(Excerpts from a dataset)
-.-.-

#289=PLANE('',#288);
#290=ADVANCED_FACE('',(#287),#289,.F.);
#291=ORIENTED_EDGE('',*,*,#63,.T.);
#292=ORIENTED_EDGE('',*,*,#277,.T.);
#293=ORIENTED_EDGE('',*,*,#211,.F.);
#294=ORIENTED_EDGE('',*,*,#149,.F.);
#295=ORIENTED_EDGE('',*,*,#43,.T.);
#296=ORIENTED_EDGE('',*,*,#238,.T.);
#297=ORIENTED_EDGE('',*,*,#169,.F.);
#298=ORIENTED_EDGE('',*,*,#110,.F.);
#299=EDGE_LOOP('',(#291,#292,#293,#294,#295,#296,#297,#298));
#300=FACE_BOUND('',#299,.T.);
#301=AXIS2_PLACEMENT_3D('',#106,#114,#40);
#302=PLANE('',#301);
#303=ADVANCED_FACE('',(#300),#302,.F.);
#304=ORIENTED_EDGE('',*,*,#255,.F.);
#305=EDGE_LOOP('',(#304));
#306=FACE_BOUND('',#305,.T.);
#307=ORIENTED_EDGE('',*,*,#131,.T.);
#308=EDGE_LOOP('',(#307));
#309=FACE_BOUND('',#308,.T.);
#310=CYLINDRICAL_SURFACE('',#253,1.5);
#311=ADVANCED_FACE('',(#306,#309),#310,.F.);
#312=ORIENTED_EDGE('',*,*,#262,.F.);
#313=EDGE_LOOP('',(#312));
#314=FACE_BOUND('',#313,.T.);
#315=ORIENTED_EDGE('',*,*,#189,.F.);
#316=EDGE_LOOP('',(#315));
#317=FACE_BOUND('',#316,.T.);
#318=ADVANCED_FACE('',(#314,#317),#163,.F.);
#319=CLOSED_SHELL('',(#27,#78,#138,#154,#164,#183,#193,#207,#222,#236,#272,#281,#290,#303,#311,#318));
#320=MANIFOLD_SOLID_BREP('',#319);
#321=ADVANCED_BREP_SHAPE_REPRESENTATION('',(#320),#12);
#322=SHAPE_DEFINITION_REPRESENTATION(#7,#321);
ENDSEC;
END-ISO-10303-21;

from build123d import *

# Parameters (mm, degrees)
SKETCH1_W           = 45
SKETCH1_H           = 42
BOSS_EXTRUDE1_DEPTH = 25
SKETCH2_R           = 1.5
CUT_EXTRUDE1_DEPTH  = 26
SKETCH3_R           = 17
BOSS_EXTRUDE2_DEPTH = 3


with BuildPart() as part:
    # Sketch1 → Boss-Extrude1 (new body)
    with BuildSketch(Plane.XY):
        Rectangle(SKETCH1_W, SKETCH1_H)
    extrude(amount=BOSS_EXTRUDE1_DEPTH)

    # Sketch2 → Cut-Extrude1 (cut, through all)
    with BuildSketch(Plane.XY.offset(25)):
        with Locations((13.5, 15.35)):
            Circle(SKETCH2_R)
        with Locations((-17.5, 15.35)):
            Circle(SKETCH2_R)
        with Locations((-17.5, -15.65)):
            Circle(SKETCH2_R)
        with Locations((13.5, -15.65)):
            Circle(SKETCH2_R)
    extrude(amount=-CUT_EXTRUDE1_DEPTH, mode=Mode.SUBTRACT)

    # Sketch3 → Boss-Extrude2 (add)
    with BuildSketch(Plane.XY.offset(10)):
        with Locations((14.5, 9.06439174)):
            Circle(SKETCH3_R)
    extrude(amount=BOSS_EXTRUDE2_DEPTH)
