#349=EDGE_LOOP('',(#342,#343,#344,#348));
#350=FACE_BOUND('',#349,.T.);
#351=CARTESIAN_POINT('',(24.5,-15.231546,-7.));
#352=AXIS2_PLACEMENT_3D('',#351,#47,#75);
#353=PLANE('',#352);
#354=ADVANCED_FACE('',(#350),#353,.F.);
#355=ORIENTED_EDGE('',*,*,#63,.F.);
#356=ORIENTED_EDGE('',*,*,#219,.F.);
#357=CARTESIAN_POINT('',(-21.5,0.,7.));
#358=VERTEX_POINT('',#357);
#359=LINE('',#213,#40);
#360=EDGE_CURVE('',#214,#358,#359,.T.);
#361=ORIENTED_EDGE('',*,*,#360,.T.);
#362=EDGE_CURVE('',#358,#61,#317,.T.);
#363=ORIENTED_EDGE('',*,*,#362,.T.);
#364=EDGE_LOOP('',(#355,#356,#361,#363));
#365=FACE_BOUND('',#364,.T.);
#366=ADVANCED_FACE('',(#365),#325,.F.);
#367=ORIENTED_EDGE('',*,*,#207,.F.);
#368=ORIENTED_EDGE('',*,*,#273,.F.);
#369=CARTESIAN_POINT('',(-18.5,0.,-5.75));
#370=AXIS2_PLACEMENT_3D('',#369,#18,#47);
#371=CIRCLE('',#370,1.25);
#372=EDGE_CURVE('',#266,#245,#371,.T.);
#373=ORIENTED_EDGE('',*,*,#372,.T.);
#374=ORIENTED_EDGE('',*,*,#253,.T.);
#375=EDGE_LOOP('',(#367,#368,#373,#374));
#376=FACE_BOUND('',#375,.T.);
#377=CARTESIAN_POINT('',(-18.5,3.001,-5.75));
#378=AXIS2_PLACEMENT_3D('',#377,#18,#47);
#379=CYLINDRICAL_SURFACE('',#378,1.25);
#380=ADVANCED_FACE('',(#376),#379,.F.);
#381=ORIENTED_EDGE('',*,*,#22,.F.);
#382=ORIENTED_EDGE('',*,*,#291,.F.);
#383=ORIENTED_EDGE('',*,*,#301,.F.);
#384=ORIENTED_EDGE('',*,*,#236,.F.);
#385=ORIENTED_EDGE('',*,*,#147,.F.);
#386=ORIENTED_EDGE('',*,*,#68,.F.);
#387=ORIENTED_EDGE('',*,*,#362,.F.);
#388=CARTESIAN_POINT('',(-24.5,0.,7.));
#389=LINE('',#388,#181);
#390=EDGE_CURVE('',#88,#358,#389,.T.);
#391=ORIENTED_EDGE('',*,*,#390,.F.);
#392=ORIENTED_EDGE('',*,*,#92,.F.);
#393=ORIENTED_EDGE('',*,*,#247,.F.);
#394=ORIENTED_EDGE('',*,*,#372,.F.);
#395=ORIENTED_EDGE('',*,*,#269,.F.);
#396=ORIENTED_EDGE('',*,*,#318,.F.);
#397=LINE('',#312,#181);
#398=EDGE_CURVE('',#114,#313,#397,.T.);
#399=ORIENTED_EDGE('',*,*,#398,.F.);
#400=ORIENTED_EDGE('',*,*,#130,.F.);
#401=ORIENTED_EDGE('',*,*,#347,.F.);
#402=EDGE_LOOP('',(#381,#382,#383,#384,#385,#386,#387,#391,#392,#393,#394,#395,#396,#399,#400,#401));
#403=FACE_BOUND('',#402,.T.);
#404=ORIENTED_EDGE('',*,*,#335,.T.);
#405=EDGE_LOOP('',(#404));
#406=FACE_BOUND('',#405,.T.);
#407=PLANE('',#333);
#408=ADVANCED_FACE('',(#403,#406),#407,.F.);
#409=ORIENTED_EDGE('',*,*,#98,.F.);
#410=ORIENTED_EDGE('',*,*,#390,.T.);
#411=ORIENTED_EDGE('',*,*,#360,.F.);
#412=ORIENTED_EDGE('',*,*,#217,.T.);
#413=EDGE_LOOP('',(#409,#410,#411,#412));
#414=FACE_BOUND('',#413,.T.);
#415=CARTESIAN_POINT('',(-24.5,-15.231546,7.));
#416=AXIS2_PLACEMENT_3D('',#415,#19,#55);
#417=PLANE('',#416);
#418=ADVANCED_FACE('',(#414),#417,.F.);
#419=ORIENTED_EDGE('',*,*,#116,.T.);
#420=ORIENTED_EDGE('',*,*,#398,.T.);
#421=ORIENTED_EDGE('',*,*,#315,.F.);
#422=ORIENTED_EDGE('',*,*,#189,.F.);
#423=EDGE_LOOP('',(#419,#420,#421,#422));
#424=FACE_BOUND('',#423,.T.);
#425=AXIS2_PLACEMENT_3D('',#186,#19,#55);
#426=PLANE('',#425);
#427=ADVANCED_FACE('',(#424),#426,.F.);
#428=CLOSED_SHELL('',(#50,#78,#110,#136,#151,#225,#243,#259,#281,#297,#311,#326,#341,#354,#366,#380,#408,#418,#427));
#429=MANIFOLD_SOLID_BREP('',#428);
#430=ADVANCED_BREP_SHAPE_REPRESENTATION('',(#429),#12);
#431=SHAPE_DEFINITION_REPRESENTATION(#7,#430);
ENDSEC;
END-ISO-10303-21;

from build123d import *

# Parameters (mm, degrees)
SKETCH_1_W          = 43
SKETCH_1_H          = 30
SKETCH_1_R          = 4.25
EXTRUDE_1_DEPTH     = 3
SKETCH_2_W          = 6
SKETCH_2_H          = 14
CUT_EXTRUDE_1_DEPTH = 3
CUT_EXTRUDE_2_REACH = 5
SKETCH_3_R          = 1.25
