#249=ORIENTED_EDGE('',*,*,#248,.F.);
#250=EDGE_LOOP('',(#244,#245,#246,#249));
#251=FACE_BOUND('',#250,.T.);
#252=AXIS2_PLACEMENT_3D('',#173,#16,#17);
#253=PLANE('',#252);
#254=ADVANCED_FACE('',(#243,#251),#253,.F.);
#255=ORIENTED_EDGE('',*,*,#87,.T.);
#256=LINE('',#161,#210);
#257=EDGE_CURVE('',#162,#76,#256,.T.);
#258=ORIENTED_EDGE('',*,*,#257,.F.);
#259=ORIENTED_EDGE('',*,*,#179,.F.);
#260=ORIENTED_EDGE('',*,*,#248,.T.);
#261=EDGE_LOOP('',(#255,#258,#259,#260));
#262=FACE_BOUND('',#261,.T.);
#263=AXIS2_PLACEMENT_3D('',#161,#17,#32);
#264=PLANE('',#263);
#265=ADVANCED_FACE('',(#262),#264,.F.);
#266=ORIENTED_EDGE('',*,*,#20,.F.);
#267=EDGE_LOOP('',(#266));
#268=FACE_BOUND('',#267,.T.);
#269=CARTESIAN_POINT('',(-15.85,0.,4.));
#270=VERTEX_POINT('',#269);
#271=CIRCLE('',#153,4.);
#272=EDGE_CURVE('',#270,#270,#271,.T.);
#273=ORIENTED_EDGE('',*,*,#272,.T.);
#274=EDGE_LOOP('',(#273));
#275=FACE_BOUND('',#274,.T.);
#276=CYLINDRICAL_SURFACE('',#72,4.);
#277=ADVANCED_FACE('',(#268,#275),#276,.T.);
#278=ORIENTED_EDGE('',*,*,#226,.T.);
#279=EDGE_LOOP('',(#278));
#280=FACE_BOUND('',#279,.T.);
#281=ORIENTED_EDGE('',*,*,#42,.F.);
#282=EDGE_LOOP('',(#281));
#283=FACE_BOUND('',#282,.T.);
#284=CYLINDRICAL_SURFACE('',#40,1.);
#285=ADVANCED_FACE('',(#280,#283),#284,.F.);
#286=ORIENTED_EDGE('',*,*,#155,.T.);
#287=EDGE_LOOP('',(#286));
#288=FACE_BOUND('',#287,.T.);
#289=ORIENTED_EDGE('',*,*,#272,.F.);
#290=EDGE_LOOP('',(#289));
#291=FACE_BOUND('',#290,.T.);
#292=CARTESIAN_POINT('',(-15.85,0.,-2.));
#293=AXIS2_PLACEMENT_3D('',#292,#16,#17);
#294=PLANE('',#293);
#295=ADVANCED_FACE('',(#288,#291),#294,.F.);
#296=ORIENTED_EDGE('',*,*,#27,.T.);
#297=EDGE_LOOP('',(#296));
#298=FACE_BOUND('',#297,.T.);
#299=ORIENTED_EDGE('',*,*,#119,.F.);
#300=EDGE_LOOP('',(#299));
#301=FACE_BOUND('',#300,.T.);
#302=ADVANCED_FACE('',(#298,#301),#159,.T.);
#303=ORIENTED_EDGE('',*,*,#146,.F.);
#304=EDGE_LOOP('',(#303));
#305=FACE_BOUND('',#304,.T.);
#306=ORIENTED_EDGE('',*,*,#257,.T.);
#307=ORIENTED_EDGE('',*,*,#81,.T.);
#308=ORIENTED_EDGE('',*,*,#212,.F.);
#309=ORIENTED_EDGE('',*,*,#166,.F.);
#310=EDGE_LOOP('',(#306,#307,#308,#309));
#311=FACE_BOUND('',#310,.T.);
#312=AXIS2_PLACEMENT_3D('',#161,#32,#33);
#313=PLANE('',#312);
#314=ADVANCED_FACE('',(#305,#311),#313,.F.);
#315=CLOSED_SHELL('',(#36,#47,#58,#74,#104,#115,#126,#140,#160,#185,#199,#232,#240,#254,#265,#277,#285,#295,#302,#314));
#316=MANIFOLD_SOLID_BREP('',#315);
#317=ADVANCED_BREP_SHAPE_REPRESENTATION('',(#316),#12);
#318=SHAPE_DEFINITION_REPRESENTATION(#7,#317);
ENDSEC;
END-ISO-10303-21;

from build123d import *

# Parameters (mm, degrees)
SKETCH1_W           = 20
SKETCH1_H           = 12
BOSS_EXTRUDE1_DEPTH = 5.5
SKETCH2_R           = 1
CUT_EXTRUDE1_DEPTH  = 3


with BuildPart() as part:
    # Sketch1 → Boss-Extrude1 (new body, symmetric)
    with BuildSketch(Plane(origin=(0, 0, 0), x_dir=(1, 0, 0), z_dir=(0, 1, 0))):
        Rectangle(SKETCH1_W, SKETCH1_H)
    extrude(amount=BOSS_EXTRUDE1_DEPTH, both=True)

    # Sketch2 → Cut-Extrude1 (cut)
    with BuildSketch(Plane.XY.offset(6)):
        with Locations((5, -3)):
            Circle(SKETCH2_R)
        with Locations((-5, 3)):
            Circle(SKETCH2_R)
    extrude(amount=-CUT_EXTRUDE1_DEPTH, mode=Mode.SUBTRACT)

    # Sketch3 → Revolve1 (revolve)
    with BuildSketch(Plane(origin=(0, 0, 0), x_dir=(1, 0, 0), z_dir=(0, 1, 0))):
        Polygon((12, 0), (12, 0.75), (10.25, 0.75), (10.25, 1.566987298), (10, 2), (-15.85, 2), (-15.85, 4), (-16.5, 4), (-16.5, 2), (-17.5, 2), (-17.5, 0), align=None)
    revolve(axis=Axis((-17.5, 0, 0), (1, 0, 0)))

-.-.-

▶ What is expected:
What you return must be the lines above that run from the line with "#289=ORIENTED_EDGE('',*,*,#272,.F.);" to the line with "#305=FACE_BOUND('',#304,.T.);", inclusive, each copied exactly.

▶ Solution for this problem:
#289=ORIENTED_EDGE('',*,*,#272,.F.);
#290=EDGE_LOOP('',(#289));
#291=FACE_BOUND('',#290,.T.);
#292=CARTESIAN_POINT('',(-15.85,0.,-2.));
#293=AXIS2_PLACEMENT_3D('',#292,#16,#17);
#294=PLANE('',#293);
#295=ADVANCED_FACE('',(#288,#291),#294,.F.);
#296=ORIENTED_EDGE('',*,*,#27,.T.);
#297=EDGE_LOOP('',(#296));
#298=FACE_BOUND('',#297,.T.);
#299=ORIENTED_EDGE('',*,*,#119,.F.);
#300=EDGE_LOOP('',(#299));
#301=FACE_BOUND('',#300,.T.);
#302=ADVANCED_FACE('',(#298,#301),#159,.T.);
#303=ORIENTED_EDGE('',*,*,#146,.F.);
#304=EDGE_LOOP('',(#303));
#305=FACE_BOUND('',#304,.T.);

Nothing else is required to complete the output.